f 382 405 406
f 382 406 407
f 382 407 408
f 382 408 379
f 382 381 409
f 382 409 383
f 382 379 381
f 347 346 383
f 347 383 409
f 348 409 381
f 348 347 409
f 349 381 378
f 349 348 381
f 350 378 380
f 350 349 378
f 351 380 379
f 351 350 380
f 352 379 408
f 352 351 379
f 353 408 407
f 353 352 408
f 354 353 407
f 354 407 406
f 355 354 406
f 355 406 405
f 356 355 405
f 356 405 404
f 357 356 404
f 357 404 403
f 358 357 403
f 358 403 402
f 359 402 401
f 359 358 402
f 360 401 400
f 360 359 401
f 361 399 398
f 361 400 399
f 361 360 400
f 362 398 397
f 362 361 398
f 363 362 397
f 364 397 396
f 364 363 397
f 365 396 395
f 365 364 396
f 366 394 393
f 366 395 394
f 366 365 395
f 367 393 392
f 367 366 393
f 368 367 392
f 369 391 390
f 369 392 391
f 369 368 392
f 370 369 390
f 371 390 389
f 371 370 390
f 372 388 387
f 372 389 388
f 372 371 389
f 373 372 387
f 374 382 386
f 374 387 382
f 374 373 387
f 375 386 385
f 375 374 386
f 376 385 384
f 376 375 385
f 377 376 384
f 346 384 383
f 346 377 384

======

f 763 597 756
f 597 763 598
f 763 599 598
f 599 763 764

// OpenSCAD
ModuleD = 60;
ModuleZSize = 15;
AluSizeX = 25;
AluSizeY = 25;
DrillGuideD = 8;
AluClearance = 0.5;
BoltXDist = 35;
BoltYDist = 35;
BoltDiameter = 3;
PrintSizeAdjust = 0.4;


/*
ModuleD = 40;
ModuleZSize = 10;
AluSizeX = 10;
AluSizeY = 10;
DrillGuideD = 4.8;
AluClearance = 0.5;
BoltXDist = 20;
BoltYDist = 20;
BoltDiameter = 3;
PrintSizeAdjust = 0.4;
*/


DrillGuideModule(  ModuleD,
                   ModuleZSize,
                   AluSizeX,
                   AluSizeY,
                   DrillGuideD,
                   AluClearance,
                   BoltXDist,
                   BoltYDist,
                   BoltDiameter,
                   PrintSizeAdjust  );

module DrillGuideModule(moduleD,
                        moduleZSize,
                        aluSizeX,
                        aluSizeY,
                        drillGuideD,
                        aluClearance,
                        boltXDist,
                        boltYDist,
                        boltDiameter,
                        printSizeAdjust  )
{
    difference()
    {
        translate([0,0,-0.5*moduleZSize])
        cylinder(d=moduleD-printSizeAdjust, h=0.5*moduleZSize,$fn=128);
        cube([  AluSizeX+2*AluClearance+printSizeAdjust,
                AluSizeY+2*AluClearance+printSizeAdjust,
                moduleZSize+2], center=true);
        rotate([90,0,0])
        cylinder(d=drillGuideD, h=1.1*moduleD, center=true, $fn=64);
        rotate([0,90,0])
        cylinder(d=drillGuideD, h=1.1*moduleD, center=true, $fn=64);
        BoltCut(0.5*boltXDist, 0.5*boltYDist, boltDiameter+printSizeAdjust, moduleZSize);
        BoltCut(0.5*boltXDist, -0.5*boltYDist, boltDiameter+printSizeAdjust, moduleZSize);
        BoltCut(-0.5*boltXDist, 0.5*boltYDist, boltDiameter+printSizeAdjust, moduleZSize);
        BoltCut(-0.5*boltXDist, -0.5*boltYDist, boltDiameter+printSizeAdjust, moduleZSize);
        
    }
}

======

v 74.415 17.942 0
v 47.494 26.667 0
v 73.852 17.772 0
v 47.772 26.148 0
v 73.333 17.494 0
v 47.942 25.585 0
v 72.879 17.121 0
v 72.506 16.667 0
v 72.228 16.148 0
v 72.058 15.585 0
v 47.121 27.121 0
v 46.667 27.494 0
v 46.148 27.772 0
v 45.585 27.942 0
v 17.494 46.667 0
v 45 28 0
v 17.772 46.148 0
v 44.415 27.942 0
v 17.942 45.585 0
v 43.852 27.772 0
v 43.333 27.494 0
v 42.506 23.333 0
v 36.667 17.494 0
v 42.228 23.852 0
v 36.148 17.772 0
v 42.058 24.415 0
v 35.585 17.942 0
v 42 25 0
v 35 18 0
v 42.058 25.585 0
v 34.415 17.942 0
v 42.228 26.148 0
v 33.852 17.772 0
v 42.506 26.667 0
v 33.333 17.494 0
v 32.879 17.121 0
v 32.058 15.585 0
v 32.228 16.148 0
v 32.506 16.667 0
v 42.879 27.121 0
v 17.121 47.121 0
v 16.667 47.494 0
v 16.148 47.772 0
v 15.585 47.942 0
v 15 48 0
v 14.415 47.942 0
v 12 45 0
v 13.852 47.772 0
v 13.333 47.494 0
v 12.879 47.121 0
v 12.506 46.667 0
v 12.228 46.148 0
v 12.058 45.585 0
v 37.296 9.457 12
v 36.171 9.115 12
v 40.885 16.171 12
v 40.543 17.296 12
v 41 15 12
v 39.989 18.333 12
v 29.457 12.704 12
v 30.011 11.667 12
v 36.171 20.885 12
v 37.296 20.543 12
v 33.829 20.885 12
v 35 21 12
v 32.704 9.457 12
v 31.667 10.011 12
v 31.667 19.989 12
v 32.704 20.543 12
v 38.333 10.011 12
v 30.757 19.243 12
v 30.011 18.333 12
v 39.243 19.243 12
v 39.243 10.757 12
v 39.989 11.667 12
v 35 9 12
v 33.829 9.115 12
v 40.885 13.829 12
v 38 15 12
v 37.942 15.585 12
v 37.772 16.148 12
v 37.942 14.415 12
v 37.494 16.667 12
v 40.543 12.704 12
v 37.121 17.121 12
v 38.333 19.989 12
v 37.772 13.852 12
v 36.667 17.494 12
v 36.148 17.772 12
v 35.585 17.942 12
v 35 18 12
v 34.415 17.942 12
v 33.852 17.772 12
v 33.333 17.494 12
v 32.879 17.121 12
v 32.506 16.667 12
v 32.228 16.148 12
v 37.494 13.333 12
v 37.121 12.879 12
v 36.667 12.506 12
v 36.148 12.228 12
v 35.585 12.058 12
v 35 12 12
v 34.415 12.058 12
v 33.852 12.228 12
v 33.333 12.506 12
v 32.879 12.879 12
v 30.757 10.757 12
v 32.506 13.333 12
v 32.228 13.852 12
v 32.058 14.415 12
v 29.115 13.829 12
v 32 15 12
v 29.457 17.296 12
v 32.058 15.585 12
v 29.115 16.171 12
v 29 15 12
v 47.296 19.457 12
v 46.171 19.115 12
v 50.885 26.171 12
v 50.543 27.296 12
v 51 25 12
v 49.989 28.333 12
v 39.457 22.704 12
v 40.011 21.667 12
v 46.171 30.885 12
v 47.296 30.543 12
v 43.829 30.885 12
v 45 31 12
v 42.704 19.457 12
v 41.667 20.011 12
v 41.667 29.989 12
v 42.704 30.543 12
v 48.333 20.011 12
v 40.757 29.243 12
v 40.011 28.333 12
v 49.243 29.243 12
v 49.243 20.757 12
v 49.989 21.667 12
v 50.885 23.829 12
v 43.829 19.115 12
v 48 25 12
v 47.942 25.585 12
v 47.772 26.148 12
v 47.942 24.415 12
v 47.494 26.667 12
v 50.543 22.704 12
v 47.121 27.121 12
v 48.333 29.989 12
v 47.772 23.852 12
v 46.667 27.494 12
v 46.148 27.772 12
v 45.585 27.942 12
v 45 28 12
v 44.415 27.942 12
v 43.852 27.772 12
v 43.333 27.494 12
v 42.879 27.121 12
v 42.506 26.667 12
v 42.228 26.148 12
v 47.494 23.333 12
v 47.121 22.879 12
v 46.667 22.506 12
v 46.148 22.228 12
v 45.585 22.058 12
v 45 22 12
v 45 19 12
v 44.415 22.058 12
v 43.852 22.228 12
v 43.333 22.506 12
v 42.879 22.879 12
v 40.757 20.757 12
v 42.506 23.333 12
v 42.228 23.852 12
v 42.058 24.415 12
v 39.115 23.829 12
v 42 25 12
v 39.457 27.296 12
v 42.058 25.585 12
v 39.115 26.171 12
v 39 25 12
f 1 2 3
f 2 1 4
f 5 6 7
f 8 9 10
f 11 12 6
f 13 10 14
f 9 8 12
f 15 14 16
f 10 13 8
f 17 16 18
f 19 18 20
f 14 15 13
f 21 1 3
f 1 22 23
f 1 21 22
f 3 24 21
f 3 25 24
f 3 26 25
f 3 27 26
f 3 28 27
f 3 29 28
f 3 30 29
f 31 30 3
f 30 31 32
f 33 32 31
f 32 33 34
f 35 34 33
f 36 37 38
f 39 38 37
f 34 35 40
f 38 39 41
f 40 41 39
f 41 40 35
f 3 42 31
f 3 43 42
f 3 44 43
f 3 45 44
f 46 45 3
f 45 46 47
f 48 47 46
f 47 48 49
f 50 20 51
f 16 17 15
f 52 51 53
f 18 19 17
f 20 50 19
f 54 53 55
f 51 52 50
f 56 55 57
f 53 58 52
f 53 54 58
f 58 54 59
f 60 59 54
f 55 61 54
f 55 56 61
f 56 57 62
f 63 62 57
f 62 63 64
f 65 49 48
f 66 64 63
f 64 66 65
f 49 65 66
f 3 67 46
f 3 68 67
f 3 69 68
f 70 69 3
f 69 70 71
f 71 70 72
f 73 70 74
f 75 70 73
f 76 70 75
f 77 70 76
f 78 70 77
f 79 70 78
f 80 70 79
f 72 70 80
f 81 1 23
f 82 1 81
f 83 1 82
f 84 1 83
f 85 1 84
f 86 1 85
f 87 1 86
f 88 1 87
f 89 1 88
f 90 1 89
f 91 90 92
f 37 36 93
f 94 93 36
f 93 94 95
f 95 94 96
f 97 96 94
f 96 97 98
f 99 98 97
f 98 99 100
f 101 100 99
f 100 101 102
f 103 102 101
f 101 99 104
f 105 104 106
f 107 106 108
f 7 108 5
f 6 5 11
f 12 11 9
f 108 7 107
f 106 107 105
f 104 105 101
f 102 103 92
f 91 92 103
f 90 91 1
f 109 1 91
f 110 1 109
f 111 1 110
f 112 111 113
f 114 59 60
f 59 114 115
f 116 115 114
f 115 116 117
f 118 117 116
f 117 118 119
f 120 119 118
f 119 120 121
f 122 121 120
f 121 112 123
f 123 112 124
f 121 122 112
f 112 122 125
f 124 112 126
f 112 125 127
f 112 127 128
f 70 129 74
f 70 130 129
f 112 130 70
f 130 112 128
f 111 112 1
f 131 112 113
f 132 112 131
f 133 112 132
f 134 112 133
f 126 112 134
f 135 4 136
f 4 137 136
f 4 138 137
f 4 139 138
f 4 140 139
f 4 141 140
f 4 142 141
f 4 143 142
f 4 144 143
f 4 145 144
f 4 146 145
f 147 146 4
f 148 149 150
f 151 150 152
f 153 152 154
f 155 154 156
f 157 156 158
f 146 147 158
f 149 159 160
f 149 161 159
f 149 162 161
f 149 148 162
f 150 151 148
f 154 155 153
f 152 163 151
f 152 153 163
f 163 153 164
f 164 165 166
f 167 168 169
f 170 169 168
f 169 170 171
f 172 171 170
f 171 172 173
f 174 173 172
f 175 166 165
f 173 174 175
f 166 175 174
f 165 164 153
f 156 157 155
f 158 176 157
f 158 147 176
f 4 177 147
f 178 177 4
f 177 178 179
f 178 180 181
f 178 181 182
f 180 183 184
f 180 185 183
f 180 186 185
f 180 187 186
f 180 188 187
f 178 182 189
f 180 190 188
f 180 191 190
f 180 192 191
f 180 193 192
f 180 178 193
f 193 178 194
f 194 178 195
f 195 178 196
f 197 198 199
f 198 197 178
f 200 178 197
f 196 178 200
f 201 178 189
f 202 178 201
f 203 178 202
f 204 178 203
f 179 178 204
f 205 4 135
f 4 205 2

======

Assigned task>
Find "f 382 407 408" in the entries above and copy that whole line exactly, then each line after it through the line that contains "f 357 404 403".

Exercise result>
f 382 407 408
f 382 408 379
f 382 381 409
f 382 409 383
f 382 379 381
f 347 346 383
f 347 383 409
f 348 409 381
f 348 347 409
f 349 381 378
f 349 348 381
f 350 378 380
f 350 349 378
f 351 380 379
f 351 350 380
f 352 379 408
f 352 351 379
f 353 408 407
f 353 352 408
f 354 353 407
f 354 407 406
f 355 354 406
f 355 406 405
f 356 355 405
f 356 405 404
f 357 356 404
f 357 404 403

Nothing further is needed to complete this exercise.